Sé que me expongo a ser descalificada como otra representante más de la “derechita cobarde”, esa que no se siente la poseedora de una verdad última e incuestionable; esa que aún cree que la supervivencia de sus anhelos no puede ser a expensas de las aspiraciones legítimas de otros; esa que, por eso mismo, es vista desde la derecha dogmática (aquella que aplica a la política la lógica propia de las religiones) como blanda, sin principios sólidos y dispuesta a “transar lo intransable”.
Pues bien, en otra época para mí gloriosa, normalmente descrita como “esos 30 años”, cuando como país comenzamos a desechar la lógica y la retórica adversarial y entre todos, o casi todos, buscamos diseñar una forma de convivencia razonable; cuando decidimos que el país que nos vio nacer debía poder albergar en armonía a izquierdas y derechas y que nuestras diferencias debían ser resueltas por la razón y no por la fuerza, por la búsqueda de acuerdos, por el diálogo y la deliberación, ahí fue cuando fuimos un país funcional. Reconozco que la política de la enemistad, de amigos y enemigos irreconciliablemente confrontados, me es anímicamente insoportable e intelectualmente inaceptable.
En aquel momento de nuestra historia se gestó un consenso entre la gran mayoría de historiadores y politólogos, que señalaba que entre las causas decisivas del quiebre de nuestra democracia había que destacar en primer lugar el surgimiento de concepciones globalizantes e intransables y de proyectos totalizantes; la pérdida de los consensos mínimos y, como consecuencia de lo anterior, la promoción de la violencia, o al menos la aceptación de ella, como instrumento para lograr objetivos políticos. La pregunta es: ¿cuáles son los factores que subyacen a la odiosidad política actual, la cual, en último término, es profundamente iliberal?
El liberalismo se funda en una teoría del conocimiento que cuestiona la posibilidad de que en el campo de la política se puedan establecer verdades únicas como en las ciencias naturales, teniendo presente además que, incluso en este último campo, los conocimientos también son provisorios y susceptibles de ser falsificados. El pensamiento y las actitudes liberales reconocen la falibilidad, la ignorancia y la naturaleza esencialmente conjetural de nuestro conocimiento. Por eso, no cree en la posibilidad de construir un orden social perfecto y acepta que en el ámbito de la construcción política solo podemos incursionar, por medio del ensayo y el error, en la búsqueda de soluciones parciales y tentativas.

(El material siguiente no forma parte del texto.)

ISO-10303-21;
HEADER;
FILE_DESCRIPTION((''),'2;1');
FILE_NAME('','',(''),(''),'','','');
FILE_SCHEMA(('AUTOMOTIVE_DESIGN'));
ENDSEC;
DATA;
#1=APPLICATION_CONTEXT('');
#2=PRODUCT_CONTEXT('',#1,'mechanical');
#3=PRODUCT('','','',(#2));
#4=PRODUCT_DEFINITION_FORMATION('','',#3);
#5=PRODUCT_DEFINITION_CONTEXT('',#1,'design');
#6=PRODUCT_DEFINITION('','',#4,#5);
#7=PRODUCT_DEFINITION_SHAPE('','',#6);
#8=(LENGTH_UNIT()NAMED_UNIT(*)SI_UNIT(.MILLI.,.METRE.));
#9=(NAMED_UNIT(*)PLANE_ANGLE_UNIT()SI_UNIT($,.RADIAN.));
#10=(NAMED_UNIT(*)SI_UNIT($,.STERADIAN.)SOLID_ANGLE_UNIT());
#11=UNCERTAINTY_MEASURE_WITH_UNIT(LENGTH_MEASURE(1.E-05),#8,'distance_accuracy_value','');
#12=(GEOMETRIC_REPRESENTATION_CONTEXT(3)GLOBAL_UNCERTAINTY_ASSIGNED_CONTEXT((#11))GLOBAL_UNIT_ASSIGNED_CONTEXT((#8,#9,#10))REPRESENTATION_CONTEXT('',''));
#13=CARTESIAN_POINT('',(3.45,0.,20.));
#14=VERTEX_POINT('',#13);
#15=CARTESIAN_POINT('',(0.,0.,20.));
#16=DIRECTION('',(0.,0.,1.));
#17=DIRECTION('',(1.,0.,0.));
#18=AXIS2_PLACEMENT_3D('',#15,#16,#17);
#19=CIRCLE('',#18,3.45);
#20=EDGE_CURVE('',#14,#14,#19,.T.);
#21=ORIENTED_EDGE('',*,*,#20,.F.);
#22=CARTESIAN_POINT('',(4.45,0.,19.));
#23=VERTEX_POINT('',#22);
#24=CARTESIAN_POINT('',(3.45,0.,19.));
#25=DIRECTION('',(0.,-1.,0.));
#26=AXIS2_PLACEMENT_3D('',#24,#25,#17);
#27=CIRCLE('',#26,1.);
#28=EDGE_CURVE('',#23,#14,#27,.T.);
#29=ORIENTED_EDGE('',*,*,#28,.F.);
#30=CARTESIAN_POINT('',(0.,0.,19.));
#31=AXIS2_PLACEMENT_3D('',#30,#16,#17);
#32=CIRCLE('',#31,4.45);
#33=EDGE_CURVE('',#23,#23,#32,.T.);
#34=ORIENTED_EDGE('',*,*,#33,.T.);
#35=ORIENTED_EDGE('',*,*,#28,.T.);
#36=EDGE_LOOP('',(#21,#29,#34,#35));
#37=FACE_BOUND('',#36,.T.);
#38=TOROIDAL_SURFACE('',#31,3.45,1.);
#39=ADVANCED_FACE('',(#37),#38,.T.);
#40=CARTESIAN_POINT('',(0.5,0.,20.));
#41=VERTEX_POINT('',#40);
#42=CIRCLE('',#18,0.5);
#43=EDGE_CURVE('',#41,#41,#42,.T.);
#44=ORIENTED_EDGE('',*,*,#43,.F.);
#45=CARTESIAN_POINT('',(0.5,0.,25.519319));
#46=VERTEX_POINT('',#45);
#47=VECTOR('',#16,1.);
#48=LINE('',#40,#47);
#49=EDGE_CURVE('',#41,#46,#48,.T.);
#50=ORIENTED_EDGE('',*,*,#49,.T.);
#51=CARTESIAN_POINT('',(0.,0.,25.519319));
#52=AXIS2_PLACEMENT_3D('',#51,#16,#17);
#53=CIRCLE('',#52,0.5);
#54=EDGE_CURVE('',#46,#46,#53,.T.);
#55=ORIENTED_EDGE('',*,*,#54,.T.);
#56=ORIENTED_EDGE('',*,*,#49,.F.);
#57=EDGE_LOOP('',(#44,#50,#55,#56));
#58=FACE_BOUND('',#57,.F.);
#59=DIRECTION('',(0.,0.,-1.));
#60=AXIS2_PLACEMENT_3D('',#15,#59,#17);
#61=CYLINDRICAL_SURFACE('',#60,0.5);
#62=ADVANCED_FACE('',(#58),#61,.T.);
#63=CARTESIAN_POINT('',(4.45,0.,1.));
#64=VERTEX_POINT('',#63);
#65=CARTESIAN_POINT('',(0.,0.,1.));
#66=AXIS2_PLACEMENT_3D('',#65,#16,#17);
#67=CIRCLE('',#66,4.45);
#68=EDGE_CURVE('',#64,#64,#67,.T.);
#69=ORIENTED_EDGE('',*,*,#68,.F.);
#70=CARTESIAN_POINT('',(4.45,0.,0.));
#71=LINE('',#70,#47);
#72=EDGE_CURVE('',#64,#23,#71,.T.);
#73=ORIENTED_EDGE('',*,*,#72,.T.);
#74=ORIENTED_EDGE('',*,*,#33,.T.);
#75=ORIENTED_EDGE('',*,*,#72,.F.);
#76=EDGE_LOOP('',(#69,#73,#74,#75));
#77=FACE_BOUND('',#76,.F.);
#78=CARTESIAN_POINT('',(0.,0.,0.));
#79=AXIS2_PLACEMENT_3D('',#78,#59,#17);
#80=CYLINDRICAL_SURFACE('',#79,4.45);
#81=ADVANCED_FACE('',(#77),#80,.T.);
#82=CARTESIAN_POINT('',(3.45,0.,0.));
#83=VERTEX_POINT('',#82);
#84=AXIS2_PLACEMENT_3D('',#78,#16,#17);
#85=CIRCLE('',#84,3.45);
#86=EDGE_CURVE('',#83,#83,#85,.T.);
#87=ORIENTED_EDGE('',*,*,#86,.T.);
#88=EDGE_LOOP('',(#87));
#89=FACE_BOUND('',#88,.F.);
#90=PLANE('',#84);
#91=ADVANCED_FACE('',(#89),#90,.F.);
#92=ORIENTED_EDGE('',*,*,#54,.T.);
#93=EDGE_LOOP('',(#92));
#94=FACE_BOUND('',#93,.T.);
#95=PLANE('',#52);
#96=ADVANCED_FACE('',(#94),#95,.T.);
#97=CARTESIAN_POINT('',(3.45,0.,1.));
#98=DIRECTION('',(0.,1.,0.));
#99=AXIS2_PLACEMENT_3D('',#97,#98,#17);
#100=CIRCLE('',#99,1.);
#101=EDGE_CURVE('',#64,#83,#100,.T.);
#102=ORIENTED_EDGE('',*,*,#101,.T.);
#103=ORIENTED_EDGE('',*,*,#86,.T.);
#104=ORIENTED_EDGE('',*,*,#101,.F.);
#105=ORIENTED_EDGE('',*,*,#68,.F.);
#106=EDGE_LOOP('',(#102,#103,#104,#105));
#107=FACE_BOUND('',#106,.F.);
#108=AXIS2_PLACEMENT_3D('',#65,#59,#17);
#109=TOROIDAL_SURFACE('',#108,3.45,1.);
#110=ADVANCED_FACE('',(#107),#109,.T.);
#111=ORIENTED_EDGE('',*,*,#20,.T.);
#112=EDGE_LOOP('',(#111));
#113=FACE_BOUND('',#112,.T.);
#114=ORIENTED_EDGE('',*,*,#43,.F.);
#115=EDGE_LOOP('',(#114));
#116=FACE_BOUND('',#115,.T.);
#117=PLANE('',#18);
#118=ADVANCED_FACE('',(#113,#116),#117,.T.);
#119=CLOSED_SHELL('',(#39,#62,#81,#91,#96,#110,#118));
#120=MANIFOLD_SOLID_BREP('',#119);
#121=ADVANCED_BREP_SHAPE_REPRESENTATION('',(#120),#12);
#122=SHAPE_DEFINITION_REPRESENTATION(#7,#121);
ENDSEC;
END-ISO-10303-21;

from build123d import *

# Parameters (mm, degrees)
F0_R     = 4.45
F1_DEPTH = 20
F2_R     = 1
F3_R     = 0.5
F4_DEPTH = 5.519319


with BuildPart() as f1:
    # F0 (on Top) → F1 (new body)
    with BuildSketch(Plane.XY):
        Circle(F0_R)
    extrude(amount=F1_DEPTH)

    # F2
    f2_edges = [f1.edges().sort_by_distance(p)[0] for p in [
        (-4.45, 0, 20),
        (-4.45, 0, 0),
    ]]
    fillet(f2_edges, radius=F2_R)

    # F3 (on face) → F4 (join)
    with BuildSketch(Plane.XY.offset(20)):
        Circle(F3_R)
    extrude(amount=F4_DEPTH)


solid = f1.part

Es esta modestia intelectual, que acoge la duda y es suspicaz de las certezas extremas, lo que permite la empatía para ver en el otro un legítimo competidor y no un enemigo, y así acoger puntos de vista distintos, buscar acuerdos y así fraguar consensos básicos. En suma, vivir en una cultura democrática, tolerante y respetuosa de la diversidad y el pluralismo.
El clima de opinión cambió radicalmente cuando surgió una joven izquierda dogmática, constructivista y refundacional, que despreció los beneficios de la concordia cívica y de la negociación, que estuvo dispuesta a avalar la violencia o cerrar los ojos frente a ella, precisamente porque se sintió la poseedora no solo de una verdad única e irrevocable que solo los perversos no podían ver, sino también la depositaria de la virtud y la moral. Y como contrapartida a esto ha crecido una derecha, también incapaz de cuestionar sus postulados, que cree que se pueden fijar constitucionalmente y en forma inamovible políticas públicas opinables y descalifica a sus propios compañeros de ruta como traidores a esta verdad consagrada. En verdad, para volver a la civilidad que el país ha demostrado añorar necesitamos ser ecos de Aristóteles y aceptar que “el ignorante afirma, mientras que el sabio duda y reflexiona”.